▶ _Dataset records_:
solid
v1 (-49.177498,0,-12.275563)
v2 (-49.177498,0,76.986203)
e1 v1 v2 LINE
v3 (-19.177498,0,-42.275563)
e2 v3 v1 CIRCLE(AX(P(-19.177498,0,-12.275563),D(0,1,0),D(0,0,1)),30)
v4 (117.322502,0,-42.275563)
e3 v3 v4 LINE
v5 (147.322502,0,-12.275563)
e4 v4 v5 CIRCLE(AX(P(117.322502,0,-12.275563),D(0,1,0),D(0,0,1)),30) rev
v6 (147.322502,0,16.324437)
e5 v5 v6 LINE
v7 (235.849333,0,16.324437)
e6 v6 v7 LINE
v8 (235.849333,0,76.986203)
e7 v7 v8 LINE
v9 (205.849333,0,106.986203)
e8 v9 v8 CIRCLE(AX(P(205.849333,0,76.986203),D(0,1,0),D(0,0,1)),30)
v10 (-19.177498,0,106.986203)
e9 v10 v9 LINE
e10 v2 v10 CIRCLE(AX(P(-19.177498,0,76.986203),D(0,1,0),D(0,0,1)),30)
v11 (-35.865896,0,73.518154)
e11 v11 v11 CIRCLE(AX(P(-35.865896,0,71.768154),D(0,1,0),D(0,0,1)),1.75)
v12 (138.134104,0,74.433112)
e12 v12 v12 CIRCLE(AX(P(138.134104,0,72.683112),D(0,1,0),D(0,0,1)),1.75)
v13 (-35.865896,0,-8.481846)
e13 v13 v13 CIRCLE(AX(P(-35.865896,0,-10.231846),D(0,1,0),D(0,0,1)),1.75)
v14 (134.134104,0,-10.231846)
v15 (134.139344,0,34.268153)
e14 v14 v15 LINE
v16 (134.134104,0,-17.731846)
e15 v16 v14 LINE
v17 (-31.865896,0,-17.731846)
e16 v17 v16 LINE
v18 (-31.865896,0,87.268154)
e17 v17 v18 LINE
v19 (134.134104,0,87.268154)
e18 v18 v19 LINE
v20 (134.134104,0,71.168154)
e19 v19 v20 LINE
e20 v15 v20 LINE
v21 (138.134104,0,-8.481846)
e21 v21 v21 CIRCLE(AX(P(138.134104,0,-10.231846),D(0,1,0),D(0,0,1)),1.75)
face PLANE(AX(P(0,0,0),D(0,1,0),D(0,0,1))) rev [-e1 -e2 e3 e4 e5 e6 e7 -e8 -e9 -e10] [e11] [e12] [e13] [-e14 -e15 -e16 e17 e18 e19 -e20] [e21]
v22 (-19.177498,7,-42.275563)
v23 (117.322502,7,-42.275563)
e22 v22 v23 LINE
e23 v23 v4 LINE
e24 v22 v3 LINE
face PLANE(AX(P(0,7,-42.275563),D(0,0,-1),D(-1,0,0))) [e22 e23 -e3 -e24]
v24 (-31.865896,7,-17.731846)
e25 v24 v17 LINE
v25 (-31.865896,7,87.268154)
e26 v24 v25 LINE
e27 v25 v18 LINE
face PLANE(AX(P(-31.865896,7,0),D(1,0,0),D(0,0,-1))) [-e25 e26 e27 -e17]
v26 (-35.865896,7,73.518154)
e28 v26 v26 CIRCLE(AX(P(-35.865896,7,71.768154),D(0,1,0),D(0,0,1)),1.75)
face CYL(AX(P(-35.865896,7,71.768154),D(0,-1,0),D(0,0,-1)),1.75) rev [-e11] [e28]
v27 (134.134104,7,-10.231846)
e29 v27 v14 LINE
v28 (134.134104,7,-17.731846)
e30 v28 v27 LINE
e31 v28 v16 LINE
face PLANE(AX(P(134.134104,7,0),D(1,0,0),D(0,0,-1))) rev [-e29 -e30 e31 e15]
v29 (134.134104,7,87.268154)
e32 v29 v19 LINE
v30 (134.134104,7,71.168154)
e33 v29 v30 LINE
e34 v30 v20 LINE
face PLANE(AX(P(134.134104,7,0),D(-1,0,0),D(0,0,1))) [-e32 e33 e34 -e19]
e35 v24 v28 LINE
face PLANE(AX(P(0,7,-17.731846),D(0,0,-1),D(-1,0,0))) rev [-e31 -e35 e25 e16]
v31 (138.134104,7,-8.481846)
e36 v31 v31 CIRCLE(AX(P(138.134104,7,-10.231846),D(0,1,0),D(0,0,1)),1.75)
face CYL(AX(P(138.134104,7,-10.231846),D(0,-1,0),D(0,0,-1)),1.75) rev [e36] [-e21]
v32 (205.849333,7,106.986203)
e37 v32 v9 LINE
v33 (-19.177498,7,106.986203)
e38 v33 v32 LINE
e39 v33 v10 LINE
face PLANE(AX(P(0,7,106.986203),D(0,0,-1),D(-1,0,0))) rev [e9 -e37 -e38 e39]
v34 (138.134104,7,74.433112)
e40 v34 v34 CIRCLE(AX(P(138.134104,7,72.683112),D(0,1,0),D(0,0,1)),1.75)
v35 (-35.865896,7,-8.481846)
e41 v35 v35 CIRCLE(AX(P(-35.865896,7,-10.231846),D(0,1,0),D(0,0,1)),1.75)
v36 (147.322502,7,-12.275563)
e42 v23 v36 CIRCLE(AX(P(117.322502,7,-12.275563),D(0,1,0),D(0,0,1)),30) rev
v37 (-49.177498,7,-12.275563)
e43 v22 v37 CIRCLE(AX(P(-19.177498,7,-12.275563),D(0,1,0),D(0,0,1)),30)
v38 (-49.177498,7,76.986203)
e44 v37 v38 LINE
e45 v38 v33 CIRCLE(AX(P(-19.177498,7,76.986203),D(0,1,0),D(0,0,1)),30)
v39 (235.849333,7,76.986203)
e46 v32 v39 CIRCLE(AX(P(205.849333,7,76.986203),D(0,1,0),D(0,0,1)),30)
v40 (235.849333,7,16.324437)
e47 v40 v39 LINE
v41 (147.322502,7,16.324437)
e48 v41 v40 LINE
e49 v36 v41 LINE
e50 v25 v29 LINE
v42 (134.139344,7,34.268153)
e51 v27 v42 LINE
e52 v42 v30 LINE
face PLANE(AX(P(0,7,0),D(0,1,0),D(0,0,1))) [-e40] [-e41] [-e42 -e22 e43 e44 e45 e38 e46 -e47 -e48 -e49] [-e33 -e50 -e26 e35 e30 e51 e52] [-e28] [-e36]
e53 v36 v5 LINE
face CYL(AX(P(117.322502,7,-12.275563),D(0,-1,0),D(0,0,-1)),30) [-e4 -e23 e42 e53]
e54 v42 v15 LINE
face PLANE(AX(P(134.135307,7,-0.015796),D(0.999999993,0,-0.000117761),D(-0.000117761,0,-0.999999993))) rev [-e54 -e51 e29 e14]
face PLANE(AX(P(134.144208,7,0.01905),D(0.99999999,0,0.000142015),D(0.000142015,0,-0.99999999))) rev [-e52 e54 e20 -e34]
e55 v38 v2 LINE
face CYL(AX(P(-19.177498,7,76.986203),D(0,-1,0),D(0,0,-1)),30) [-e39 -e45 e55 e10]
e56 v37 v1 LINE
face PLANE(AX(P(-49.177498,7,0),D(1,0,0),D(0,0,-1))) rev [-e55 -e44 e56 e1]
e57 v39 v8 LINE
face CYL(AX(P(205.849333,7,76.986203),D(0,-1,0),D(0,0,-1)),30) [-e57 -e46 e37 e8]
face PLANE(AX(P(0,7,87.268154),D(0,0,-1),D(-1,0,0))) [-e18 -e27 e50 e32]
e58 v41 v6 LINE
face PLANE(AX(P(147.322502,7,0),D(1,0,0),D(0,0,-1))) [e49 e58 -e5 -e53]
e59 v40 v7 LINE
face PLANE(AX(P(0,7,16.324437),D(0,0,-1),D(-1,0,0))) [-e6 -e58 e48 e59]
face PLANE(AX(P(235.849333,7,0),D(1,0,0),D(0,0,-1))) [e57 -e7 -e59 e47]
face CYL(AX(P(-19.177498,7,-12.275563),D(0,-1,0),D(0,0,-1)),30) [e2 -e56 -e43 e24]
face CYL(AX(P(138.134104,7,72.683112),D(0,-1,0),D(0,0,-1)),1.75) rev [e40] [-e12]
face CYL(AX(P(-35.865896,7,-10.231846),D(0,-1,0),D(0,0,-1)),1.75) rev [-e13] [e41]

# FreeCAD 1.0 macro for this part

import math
import FreeCAD as App
import Part
import Sketcher

doc = App.newDocument("Part")
body = doc.addObject("PartDesign::Body", "Body")

# Sketch on XZ plane
sketch1 = body.newObject("Sketcher::SketchObject", "Sketch")
sketch1.AttachmentSupport = (doc.getObject("XZ_Plane"), [""])
sketch1.MapMode = "FlatFace"
sketch1.addGeometry([
    Part.LineSegment(App.Vector(117.3225, -42.2756, 0), App.Vector(-19.1775, -42.2756, 0)),  # 0
    Part.ArcOfCircle(Part.Circle(App.Vector(-19.1775, -12.2756, 0), App.Vector(0, 0, 1), 30), math.radians(180), math.radians(270)),  # 1
    Part.LineSegment(App.Vector(-49.1775, -12.2756, 0), App.Vector(-49.1775, 76.9862, 0)),  # 2
    Part.ArcOfCircle(Part.Circle(App.Vector(-19.1775, 76.9862, 0), App.Vector(0, 0, 1), 30), math.radians(90), math.radians(180)),  # 3
    Part.LineSegment(App.Vector(-19.1775, 106.9862, 0), App.Vector(205.8493, 106.9862, 0)),  # 4
    Part.ArcOfCircle(Part.Circle(App.Vector(205.8493, 76.9862, 0), App.Vector(0, 0, 1), 30), math.radians(0), math.radians(90)),  # 5
    Part.LineSegment(App.Vector(235.8493, 76.9862, 0), App.Vector(235.8493, 16.3244, 0)),  # 6
    Part.LineSegment(App.Vector(235.8493, 16.3244, 0), App.Vector(147.3225, 16.3244, 0)),  # 7
    Part.LineSegment(App.Vector(147.3225, 16.3244, 0), App.Vector(147.3225, -12.2756, 0)),  # 8
    Part.ArcOfCircle(Part.Circle(App.Vector(117.3225, -12.2756, 0), App.Vector(0, 0, 1), 30), math.radians(-90), math.radians(0)),  # 9
    Part.Circle(App.Vector(-35.8659, 71.7682, 0), App.Vector(0, 0, 1), 1.75),  # 10
    Part.Circle(App.Vector(138.1341, 72.6831, 0), App.Vector(0, 0, 1), 1.75),  # 11
    Part.Circle(App.Vector(-35.8659, -10.2318, 0), App.Vector(0, 0, 1), 1.75),  # 12
    Part.LineSegment(App.Vector(134.1341, 87.2682, 0), App.Vector(-31.8659, 87.2682, 0)),  # 13
    Part.LineSegment(App.Vector(-31.8659, 87.2682, 0), App.Vector(-31.8659, -17.7318, 0)),  # 14
    Part.LineSegment(App.Vector(-31.8659, -17.7318, 0), App.Vector(134.1341, -17.7318, 0)),  # 15
    Part.LineSegment(App.Vector(134.1341, -17.7318, 0), App.Vector(134.1341, -10.2318, 0)),  # 16
    Part.LineSegment(App.Vector(134.1341, -10.2318, 0), App.Vector(134.1393, 34.2682, 0)),  # 17
    Part.LineSegment(App.Vector(134.1393, 34.2682, 0), App.Vector(134.1341, 71.167, 0)),  # 18
    Part.LineSegment(App.Vector(134.1341, 71.167, 0), App.Vector(134.1341, 71.1682, 0)),  # 19
    Part.LineSegment(App.Vector(134.1341, 71.1682, 0), App.Vector(134.1341, 87.2682, 0)),  # 20
    Part.Circle(App.Vector(138.1341, -10.2318, 0), App.Vector(0, 0, 1), 1.75),  # 21
], False)
sketch1.addConstraint([
    Sketcher.Constraint("Tangent", 0, 2, 1, 2),
    Sketcher.Constraint("Tangent", 1, 1, 2, 1),
    Sketcher.Constraint("Tangent", 2, 2, 3, 2),
    Sketcher.Constraint("Tangent", 3, 1, 4, 1),
    Sketcher.Constraint("Tangent", 4, 2, 5, 2),
    Sketcher.Constraint("Tangent", 5, 1, 6, 1),
    Sketcher.Constraint("Coincident", 6, 2, 7, 1),
    Sketcher.Constraint("Coincident", 7, 2, 8, 1),
    Sketcher.Constraint("Tangent", 8, 2, 9, 2),
    Sketcher.Constraint("Tangent", 9, 1, 0, 1),
    Sketcher.Constraint("Coincident", 13, 2, 14, 1),
    Sketcher.Constraint("Coincident", 14, 2, 15, 1),
    Sketcher.Constraint("Coincident", 15, 2, 16, 1),
    Sketcher.Constraint("Coincident", 16, 2, 17, 1),
    Sketcher.Constraint("Coincident", 17, 2, 18, 1),
    Sketcher.Constraint("Coincident", 18, 2, 19, 1),
    Sketcher.Constraint("Coincident", 19, 2, 20, 1),
    Sketcher.Constraint("Coincident", 20, 2, 13, 1),
    Sketcher.Constraint("Horizontal", 0),
    Sketcher.Constraint("Vertical", 2),
    Sketcher.Constraint("Horizontal", 4),
    Sketcher.Constraint("Vertical", 6),
    Sketcher.Constraint("Horizontal", 7),
    Sketcher.Constraint("Vertical", 8),
    Sketcher.Constraint("Horizontal", 13),
    Sketcher.Constraint("Vertical", 14),
    Sketcher.Constraint("Horizontal", 15),
    Sketcher.Constraint("Vertical", 16),
    Sketcher.Constraint("Vertical", 19),
    Sketcher.Constraint("Vertical", 20),
    Sketcher.Constraint("Equal", 1, 3),
    Sketcher.Constraint("Equal", 3, 5),
    Sketcher.Constraint("Equal", 5, 9),
    Sketcher.Constraint("Equal", 10, 11),
    Sketcher.Constraint("Equal", 11, 12),
    Sketcher.Constraint("Equal", 12, 21),
    Sketcher.Constraint("Horizontal", 12, 3, 21, 3),
    Sketcher.Constraint("Horizontal", 21, 3, 16, 2),
    Sketcher.Constraint("Vertical", 10, 3, 12, 3),
    Sketcher.Constraint("Vertical", 11, 3, 21, 3),
    Sketcher.Constraint("Vertical", 16, 2, 18, 2),
    Sketcher.Constraint("Radius", 1, 30.0),
    Sketcher.Constraint("Diameter", 10, 3.5),
    Sketcher.Constraint("DistanceX", 13, 2, 13, 1, 166.0),
    Sketcher.Constraint("DistanceY", 14, 2, 14, 1, 105.0),
    Sketcher.Constraint("DistanceX", 0, 2, 0, 1, 136.5),
    Sketcher.Constraint("DistanceY", 8, 2, 8, 1, 28.6),
    Sketcher.Constraint("DistanceY", 16, 1, 16, 2, 7.5),
    Sketcher.Constraint("DistanceY", 20, 1, 20, 2, 16.1),
    Sketcher.Constraint("DistanceX", 10, 3, 11, 3, 174.0),
    Sketcher.Constraint("DistanceY", 12, 3, 10, 3, 82.0),
    Sketcher.Constraint("DistanceX", 10, 3, 13, 2, 4.0),
    Sketcher.Constraint("DistanceY", 17, 2, 20, 2, 53.000001),
    Sketcher.Constraint("DistanceX", 4, 1, 4, 2, 225.026832),
    Sketcher.Constraint("DistanceX", 1, 3, -1, 1, 19.177498),
    Sketcher.Constraint("DistanceY", 2, 1, 2, 2, 89.261766),
    Sketcher.Constraint("DistanceY", 19, 1, 19, 2, 0.001108),
    Sketcher.Constraint("DistanceY", -1, 1, 11, 3, 72.683112),
    Sketcher.Constraint("DistanceY", 10, 3, 3, 3, 5.218048),
    Sketcher.Constraint("DistanceX", 10, 3, 5, 3, 241.715229),
    Sketcher.Constraint("DistanceY", 11, 3, 5, 3, 4.303091),
    Sketcher.Constraint("DistanceX", 17, 2, 11, 3, 3.99476),
])
pad1 = body.newObject("PartDesign::Pad", "Pad")
pad1.Profile = sketch1
pad1.Length = 7
pad1.Reversed = True

doc.recompute()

▶ _Description of the task_:
Would you copy out exactly the lines above that start at the one containing "e5 v5 v6 LINE" and end at the one containing "e21 v21 v21", inclusive?

▶ _Answer space_:
e5 v5 v6 LINE
v7 (235.849333,0,16.324437)
e6 v6 v7 LINE
v8 (235.849333,0,76.986203)
e7 v7 v8 LINE
v9 (205.849333,0,106.986203)
e8 v9 v8 CIRCLE(AX(P(205.849333,0,76.986203),D(0,1,0),D(0,0,1)),30)
v10 (-19.177498,0,106.986203)
e9 v10 v9 LINE
e10 v2 v10 CIRCLE(AX(P(-19.177498,0,76.986203),D(0,1,0),D(0,0,1)),30)
v11 (-35.865896,0,73.518154)
e11 v11 v11 CIRCLE(AX(P(-35.865896,0,71.768154),D(0,1,0),D(0,0,1)),1.75)
v12 (138.134104,0,74.433112)
e12 v12 v12 CIRCLE(AX(P(138.134104,0,72.683112),D(0,1,0),D(0,0,1)),1.75)
v13 (-35.865896,0,-8.481846)
e13 v13 v13 CIRCLE(AX(P(-35.865896,0,-10.231846),D(0,1,0),D(0,0,1)),1.75)
v14 (134.134104,0,-10.231846)
v15 (134.139344,0,34.268153)
e14 v14 v15 LINE
v16 (134.134104,0,-17.731846)
e15 v16 v14 LINE
v17 (-31.865896,0,-17.731846)
e16 v17 v16 LINE
v18 (-31.865896,0,87.268154)
e17 v17 v18 LINE
v19 (134.134104,0,87.268154)
e18 v18 v19 LINE
v20 (134.134104,0,71.168154)
e19 v19 v20 LINE
e20 v15 v20 LINE
v21 (138.134104,0,-8.481846)
e21 v21 v21 CIRCLE(AX(P(138.134104,0,-10.231846),D(0,1,0),D(0,0,1)),1.75)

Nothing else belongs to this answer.